16. The Board was concerned to inquire whether the present appellants, Mr King and Miss Richardson, ought to be given leave to argue their appeal on the basis of the (correct) 1851 Act (or 1926 Ordinance) when it had been accepted or assumed below that the relevant statute was the 1988 Act, and it heard such argument only de bene esse. In particular it has considered whether, if the correct statute had been cited before the Court of Appeal, it might have been open to Gershon to attempt to re-open the judge’s findings of fact. It was, however, clear that the conduct of the case for Gershon had not been in any manner adversely affected by the misapprehension as to the relevant statute. Mr Robertson, for Gershon, fairly accepted, as is apparent, that the factual enquiries before the judge into the exact status of relevant persons’ acts in relation to the disputed land were precisely the same as they would have been if it had been realised that the 1851 Act (or 1926 Ordinance) was the governing legislation. Indeed, all the evidence relating to adverse possession was most fully developed on both sides without adverting to the fact that the statute assumed to be applicable made such evidence irrelevant. Accordingly, since the submission was one of pure law, as to which there could be no contrary argument, it is just to permit the argument to proceed on the basis of the correct legislation.
17. The consequence is that Edward, or if not him then those claiming under him, established a good possessory title to the disputed land comfortably before 1988, and were thus able to pass it to Mr King when the land was sold to him in 1996. Conversely, any claim which Gershon, or anyone through whom he claimed, may have had, had been extinguished.

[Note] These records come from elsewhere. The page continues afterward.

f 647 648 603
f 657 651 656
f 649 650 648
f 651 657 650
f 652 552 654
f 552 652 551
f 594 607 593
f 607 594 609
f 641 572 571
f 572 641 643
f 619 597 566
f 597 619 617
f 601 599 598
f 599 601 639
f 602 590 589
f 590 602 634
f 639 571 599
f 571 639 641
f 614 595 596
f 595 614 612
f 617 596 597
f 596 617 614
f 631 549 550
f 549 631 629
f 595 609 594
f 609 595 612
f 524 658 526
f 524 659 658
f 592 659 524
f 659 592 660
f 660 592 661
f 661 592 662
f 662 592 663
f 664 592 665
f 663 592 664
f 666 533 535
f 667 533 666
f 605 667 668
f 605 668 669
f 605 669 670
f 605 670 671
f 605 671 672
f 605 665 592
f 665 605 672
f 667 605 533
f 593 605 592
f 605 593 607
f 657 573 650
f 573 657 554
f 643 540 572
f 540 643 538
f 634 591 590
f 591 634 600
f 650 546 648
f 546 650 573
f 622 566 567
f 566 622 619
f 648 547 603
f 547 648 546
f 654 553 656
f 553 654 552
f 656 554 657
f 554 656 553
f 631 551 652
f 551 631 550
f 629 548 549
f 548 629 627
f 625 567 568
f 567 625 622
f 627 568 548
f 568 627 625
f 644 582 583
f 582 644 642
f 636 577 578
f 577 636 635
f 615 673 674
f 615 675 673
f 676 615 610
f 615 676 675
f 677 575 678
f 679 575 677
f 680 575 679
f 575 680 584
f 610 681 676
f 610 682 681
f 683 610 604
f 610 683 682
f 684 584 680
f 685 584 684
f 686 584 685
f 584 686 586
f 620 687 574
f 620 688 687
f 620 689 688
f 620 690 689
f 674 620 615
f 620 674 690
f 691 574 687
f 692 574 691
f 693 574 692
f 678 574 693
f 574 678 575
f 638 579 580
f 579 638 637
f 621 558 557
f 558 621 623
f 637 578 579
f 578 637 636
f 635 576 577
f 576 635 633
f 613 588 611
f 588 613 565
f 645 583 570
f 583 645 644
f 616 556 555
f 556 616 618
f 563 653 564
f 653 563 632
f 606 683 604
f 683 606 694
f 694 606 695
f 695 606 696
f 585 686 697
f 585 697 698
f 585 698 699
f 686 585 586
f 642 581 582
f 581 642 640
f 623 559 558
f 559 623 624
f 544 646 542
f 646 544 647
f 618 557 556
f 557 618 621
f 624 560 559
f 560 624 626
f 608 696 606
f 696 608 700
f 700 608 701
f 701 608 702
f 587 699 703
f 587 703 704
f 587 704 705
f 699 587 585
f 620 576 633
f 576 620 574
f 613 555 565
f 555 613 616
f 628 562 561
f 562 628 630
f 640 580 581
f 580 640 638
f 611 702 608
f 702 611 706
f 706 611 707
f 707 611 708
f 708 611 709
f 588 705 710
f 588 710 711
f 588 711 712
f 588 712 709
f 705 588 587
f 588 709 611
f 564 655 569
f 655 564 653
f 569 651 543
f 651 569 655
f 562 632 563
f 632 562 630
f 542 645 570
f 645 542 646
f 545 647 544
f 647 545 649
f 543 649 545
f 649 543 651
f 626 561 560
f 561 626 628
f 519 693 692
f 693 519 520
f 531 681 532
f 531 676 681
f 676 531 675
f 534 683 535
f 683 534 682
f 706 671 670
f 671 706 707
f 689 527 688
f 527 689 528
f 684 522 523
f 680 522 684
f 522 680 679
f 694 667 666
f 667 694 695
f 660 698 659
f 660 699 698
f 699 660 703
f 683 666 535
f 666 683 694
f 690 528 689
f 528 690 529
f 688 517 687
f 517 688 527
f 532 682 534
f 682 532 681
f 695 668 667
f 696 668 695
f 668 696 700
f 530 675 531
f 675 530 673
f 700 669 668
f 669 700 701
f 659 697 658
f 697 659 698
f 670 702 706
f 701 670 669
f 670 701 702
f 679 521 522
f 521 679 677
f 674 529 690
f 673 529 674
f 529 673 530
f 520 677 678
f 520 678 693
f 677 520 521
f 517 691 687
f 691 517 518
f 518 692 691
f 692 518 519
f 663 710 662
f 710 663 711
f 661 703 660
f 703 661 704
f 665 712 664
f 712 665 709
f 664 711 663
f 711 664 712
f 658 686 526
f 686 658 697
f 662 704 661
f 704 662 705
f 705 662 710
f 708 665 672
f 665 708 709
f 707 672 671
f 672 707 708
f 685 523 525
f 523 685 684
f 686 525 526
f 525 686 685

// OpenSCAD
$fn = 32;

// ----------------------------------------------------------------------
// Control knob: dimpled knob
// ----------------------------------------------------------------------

18. That is sufficient to demonstrate that the appeal of Mr King and Miss Richardson must be allowed. Their title to the disputed land is good.
19. The Board ought not to leave the case without adverting to difficulties which may well have stood in the way of Gershon establishing any title to a share in the disputed land, if the points had been taken against him. He was always constrained to accept that he could claim no more than an undivided share in the land in common with everyone else descended from William, of whom there may well have been hundreds unknown. But even establishing that might not have been possible, although none of the possible obstacles were addressed. There may well have been great difficulty in construing William’s will as establishing a valid or effective entail, for the reasons touched on in para 8 above. Quite apart from that, if, as seems probable, the common law rule against perpetuities is part of the law of St Vincent and the Grenadines, it seems distinctly possible that it stands in any event in the way of Gershon establishing any title deriving from William’s will. The Board has not, however, investigated this, since it would be unfair to Gershon to do so at the stage of a second appeal when the point had never been adverted to before. Gershon had had no notice of it, and it was raised by the Board itself. Investigating it might, moreover, involve inquiry into whether, if William’s will created no valid entail, Gershon might nevertheless be able to mount any claim to an interest in the land by succession; that would mean investigating the wills or intestacies, as the case may be, of all intervening generations between William and himself, as to which there has been no evidence.
20. For the reasons set out the Board will humbly advise Her Majesty that the appeal ought to be allowed. It invites written submissions on the appropriate form of order and upon any consequential matters, including costs.